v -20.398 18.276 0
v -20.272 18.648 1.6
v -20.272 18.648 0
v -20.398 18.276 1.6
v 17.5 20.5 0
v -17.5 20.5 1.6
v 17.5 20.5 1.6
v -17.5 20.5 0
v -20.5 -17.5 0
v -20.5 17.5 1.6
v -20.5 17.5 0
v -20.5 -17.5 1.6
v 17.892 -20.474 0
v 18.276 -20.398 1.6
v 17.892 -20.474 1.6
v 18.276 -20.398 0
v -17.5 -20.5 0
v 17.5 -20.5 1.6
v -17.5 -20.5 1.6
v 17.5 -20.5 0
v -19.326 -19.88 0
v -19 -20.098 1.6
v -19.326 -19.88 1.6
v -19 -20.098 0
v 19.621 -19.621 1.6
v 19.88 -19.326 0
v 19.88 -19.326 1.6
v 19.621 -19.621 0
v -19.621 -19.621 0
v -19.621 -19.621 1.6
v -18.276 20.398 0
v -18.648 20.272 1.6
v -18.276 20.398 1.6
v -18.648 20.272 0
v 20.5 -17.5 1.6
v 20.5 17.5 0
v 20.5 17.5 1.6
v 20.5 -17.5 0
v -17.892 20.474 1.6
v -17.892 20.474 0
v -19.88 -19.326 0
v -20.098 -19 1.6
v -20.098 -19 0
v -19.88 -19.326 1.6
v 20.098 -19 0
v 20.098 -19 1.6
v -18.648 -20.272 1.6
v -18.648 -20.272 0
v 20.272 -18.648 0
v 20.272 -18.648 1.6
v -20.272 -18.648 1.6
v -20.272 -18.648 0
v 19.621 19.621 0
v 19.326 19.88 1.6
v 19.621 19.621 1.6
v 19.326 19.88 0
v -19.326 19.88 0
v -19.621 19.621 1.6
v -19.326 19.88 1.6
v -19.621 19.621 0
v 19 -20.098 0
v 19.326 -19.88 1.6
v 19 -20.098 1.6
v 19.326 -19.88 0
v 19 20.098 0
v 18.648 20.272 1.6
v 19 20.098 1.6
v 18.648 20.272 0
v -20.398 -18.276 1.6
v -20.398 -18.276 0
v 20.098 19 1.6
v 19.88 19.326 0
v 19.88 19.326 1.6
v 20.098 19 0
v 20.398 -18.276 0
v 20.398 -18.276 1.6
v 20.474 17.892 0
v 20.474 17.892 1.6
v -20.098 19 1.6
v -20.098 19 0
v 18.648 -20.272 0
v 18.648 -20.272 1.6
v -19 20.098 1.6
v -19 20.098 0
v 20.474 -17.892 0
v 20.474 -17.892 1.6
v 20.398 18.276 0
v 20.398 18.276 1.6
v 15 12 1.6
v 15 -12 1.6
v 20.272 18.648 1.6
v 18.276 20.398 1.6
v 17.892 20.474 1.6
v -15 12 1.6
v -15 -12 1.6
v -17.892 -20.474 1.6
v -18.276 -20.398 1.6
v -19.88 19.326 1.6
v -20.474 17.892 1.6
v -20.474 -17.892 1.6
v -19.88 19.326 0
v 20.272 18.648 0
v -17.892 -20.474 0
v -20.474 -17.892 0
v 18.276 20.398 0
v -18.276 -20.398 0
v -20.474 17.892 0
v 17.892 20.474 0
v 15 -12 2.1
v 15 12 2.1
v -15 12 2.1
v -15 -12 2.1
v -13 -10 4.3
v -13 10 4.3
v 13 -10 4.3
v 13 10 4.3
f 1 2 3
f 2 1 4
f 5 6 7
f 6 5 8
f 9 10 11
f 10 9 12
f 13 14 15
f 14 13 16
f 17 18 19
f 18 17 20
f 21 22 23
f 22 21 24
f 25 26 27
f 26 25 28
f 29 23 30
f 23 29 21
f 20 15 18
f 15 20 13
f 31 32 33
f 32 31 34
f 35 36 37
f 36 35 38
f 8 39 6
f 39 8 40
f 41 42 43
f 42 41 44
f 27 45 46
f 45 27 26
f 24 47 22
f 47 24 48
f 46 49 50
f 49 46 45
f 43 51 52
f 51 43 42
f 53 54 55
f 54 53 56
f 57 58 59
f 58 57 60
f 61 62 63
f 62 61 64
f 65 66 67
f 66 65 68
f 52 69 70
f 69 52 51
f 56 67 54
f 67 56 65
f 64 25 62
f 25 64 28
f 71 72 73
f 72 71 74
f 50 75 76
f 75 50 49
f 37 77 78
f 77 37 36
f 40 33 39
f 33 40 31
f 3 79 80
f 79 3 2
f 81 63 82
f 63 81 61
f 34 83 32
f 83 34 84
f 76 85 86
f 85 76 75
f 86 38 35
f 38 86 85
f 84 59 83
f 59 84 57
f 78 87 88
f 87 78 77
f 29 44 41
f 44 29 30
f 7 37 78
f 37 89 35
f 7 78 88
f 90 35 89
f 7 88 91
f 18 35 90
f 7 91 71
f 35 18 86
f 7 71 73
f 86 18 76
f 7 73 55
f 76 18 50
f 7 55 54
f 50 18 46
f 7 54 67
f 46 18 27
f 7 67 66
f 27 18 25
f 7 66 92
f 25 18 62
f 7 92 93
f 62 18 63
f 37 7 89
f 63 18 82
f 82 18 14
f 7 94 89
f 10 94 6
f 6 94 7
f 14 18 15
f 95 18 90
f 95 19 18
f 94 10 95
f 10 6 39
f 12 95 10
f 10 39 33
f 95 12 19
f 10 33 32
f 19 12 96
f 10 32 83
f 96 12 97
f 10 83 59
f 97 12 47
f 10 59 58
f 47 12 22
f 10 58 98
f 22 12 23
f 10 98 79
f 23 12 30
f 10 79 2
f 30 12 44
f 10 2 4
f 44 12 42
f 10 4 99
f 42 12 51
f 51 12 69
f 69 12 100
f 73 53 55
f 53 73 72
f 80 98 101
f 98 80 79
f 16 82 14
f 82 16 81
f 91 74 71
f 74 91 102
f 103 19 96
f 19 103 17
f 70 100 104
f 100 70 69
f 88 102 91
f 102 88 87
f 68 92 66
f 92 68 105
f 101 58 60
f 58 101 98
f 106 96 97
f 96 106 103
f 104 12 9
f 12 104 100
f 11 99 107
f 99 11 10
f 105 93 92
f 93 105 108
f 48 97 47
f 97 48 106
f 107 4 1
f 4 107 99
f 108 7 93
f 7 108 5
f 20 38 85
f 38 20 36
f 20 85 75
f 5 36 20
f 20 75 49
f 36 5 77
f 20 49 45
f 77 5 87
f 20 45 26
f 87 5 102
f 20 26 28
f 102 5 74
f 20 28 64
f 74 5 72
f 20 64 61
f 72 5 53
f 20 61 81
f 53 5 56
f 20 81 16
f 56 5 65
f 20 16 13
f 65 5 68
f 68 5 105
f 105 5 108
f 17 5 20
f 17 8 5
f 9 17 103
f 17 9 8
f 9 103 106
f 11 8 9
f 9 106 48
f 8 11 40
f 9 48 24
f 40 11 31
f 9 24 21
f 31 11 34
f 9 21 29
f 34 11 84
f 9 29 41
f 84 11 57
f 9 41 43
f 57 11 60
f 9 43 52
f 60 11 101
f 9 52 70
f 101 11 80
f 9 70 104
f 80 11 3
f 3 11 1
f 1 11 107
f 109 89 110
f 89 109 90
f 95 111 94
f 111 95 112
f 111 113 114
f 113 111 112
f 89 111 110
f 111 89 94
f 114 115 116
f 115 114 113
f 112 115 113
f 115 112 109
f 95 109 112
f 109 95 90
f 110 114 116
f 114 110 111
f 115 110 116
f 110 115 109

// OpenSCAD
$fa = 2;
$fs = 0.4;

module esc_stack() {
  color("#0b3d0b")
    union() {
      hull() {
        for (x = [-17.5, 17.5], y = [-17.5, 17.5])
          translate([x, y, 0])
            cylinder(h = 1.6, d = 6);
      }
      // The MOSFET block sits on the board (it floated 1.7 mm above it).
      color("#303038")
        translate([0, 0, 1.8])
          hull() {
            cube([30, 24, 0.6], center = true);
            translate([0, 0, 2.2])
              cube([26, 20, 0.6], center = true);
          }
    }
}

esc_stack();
══════════════════════════════
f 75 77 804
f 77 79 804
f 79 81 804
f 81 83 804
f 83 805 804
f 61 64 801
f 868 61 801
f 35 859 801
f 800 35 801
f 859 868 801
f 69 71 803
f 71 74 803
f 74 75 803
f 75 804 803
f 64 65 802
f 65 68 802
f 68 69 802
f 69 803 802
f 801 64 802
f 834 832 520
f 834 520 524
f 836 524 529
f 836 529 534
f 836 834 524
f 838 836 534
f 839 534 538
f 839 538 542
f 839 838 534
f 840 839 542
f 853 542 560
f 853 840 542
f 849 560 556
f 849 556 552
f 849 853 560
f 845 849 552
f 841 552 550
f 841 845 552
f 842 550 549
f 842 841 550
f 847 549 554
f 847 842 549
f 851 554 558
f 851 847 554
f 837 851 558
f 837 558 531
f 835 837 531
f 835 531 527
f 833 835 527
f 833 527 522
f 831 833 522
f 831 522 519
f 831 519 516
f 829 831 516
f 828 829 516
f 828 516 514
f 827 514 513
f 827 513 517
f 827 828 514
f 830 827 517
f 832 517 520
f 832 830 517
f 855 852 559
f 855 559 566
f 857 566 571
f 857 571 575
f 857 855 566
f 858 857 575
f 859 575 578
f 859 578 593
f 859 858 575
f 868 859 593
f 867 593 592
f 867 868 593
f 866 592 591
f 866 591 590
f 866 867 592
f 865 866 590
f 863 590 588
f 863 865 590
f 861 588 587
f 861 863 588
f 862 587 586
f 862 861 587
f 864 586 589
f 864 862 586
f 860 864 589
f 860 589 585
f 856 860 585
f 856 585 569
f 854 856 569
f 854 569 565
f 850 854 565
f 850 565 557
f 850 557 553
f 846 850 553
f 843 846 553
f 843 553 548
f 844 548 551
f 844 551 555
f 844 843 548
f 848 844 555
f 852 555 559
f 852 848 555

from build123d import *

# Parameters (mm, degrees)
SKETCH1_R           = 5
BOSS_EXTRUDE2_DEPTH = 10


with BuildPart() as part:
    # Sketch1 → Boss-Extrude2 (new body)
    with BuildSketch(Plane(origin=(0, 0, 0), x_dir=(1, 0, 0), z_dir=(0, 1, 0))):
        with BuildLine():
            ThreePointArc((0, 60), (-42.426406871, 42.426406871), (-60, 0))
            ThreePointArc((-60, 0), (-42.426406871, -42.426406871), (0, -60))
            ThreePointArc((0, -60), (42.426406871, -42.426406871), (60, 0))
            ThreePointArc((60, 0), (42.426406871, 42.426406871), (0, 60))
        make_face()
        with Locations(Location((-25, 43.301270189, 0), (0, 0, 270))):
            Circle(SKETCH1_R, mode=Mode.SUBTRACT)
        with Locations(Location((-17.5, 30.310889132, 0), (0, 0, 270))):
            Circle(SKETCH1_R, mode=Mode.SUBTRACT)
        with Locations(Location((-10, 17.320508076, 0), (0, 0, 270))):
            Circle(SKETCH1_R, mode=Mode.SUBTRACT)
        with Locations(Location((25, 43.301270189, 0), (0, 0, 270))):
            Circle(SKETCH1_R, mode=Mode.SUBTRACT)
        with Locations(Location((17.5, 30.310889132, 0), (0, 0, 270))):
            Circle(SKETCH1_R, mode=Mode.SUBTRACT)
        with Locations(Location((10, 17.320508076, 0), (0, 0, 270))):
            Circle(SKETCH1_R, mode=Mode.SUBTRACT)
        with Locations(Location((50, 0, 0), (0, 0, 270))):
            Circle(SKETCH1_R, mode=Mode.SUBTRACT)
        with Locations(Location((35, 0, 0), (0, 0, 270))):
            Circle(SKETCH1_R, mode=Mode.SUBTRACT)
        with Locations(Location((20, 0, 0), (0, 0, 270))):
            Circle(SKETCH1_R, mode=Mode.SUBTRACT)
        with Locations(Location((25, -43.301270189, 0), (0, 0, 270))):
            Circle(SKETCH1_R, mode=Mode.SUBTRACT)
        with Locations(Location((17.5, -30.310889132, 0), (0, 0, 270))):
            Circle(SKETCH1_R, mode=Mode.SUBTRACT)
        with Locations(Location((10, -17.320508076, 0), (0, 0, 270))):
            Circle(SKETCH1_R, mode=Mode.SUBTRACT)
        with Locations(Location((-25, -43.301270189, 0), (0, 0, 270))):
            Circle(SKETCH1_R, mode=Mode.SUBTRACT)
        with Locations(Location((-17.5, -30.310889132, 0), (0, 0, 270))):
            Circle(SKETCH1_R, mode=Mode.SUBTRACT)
══════════════════════════════
▶ TASK TO COMPLETE
Counting only lines that hold the string "ThreePointArc", how many are there in the listing above? Give that number by itself.

▶ TASK ANSWER
4